# One Grinder To Grind Them All.



## Alan Kilroy (Dec 22, 2017)

So.....I imagine, like alot of people, I do Aeropress coffee at work and Espresso based coffees at home.

I'm still swinging the dial around come Monday morning and then swinging it back again for my espresso machine come Friday.

Not ideal but does it do any harm to my burrs etc etc. It's a fairly big shift on the dial.

Compak K3 Touch Adv.

Cheers.


----------



## GrowlingDog (Apr 10, 2016)

I use the same grind size for my Aeropress as I do for my Espresso at home. Since moving to a much finer grind on the Aeropress i seem to be getting a better flavour.
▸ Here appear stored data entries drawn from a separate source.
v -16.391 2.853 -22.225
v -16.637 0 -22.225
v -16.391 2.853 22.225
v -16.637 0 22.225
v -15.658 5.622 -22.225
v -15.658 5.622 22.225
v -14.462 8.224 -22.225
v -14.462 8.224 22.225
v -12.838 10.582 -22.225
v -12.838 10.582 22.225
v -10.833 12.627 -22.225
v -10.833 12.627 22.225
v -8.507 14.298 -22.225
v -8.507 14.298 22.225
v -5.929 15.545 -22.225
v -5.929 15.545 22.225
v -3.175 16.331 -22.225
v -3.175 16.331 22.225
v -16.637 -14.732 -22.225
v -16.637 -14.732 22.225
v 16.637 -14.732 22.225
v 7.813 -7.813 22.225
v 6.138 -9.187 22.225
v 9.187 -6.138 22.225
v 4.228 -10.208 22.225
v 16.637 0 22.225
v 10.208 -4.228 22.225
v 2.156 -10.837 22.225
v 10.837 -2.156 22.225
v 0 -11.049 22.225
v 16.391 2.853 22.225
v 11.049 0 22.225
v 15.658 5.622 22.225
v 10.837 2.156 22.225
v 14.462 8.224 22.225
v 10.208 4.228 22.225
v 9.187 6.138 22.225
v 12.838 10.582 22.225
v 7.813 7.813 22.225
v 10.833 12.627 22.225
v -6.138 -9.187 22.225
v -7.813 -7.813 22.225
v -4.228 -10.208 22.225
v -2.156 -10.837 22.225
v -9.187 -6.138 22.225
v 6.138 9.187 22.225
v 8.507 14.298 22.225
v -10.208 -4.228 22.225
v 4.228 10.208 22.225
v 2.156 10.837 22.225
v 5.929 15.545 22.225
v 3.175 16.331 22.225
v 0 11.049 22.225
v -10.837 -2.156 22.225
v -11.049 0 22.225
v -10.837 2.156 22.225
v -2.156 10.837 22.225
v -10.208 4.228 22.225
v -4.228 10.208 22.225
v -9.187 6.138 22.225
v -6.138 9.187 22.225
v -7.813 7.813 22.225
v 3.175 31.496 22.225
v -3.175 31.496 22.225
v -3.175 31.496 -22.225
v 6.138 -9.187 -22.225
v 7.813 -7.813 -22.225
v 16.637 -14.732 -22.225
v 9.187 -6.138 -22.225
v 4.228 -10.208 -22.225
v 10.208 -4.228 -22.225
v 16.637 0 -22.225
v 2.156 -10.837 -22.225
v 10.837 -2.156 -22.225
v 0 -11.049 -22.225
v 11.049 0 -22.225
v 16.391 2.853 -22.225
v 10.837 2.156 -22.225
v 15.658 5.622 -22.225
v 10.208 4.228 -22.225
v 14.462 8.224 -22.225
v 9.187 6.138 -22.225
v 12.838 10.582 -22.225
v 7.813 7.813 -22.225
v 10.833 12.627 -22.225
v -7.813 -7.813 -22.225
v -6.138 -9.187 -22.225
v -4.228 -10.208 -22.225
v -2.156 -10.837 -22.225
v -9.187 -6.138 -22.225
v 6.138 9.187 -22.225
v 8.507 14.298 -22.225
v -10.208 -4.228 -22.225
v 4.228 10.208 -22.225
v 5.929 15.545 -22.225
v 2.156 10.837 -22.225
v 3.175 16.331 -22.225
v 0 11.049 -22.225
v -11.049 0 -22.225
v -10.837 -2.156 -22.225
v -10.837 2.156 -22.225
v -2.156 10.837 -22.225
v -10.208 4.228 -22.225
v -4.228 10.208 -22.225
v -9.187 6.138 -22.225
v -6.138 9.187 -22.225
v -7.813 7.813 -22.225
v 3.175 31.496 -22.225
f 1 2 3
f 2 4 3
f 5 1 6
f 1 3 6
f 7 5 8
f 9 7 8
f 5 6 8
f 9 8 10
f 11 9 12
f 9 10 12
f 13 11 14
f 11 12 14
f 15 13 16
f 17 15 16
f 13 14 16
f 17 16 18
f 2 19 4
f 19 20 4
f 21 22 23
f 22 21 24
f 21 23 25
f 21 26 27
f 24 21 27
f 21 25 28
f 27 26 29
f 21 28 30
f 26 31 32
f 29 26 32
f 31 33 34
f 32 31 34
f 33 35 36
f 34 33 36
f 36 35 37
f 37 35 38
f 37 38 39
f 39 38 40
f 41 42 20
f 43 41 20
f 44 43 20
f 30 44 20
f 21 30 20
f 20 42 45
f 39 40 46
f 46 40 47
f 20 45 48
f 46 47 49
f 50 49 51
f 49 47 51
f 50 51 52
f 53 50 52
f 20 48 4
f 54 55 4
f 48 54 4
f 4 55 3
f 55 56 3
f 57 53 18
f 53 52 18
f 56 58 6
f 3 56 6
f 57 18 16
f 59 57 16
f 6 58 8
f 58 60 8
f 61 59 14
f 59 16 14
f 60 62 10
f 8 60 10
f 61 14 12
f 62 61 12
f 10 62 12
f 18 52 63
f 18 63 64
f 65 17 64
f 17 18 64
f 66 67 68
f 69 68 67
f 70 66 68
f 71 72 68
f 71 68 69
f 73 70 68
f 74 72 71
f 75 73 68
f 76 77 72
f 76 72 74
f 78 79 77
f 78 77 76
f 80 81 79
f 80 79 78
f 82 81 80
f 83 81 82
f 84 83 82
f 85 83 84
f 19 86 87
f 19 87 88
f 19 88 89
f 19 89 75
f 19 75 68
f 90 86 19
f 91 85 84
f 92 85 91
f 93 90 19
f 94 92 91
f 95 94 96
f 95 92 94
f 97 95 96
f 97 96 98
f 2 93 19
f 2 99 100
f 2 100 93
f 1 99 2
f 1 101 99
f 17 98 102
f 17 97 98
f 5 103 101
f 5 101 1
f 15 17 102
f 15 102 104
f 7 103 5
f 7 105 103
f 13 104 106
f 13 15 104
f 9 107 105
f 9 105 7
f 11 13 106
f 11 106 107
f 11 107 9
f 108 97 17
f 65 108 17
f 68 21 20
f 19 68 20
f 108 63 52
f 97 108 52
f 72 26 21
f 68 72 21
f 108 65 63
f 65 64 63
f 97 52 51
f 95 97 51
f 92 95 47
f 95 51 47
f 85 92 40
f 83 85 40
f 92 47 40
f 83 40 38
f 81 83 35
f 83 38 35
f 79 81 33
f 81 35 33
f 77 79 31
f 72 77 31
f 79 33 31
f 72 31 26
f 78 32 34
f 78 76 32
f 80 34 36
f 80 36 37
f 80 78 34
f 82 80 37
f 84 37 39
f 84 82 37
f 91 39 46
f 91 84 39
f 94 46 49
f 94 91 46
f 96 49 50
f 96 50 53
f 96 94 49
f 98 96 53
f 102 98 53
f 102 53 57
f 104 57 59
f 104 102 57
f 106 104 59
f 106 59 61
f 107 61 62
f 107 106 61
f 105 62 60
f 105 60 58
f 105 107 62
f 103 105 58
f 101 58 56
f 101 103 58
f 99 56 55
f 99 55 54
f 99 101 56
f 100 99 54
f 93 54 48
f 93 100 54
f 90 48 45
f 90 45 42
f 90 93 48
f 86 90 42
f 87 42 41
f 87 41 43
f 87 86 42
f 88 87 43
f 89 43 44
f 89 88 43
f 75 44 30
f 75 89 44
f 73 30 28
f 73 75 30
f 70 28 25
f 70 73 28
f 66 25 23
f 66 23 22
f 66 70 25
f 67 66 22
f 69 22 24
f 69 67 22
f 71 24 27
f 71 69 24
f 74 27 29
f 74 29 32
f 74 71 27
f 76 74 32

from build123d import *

# Parameters (mm, degrees)
SKETCH1_R           = 11.049
BOSS_EXTRUDE1_DEPTH = 22.225


with BuildPart() as part:
    # Sketch1 → Boss-Extrude1 (new, symmetric)
    with BuildSketch(Plane.XY):
        with BuildLine():
            Line((16.637, -14.732), (-16.637, -14.732))
            Line((-16.637, -14.732), (-16.637, 0))
            ThreePointArc((-16.637, 0), (-12.83768367, 10.582232609), (-3.175, 16.331232164))
            Line((-3.175, 16.331232164), (-3.175, 31.496))
            Line((-3.175, 31.496), (3.175, 31.496))
            Line((3.175, 31.496), (3.175, 16.331232164))
            ThreePointArc((3.175, 16.331232164), (12.83768367, 10.582232609), (16.637, 0))
            Line((16.637, 0), (16.637, -14.732))
        make_face()
        Circle(SKETCH1_R, mode=Mode.SUBTRACT)
    extrude(amount=BOSS_EXTRUDE1_DEPTH, both=True)


solid = part.part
I use paper filters inside the metal filter which seems to.keep the coffee cleaner.
I grind fresh daily for the Aeropress.


----------



## DavecUK (Aug 6, 2013)

Alan Kilroy said:


> So.....I imagine, like alot of people, I do Aeropress coffee at work and Espresso based coffees at home.
> 
> I'm still swinging the dial around come Monday morning and then swinging it back again for my espresso machine come Friday.
> 
> ...


 Retail grinders in shops often have their adjusters removed, this means they are rarely adjusted, probably only when the service guy comes round and digs out the accumulated coffee a couple of times per year. You are adjusting your grinder at least 100 times per year as opposed to perhaps twice per year for a retail grinder and therefore putting 5000% more wear on your grinder (which is only a domestic model). This is an enormous increase in wear...but I still think you will be OK


----------



## hotmetal (Oct 31, 2013)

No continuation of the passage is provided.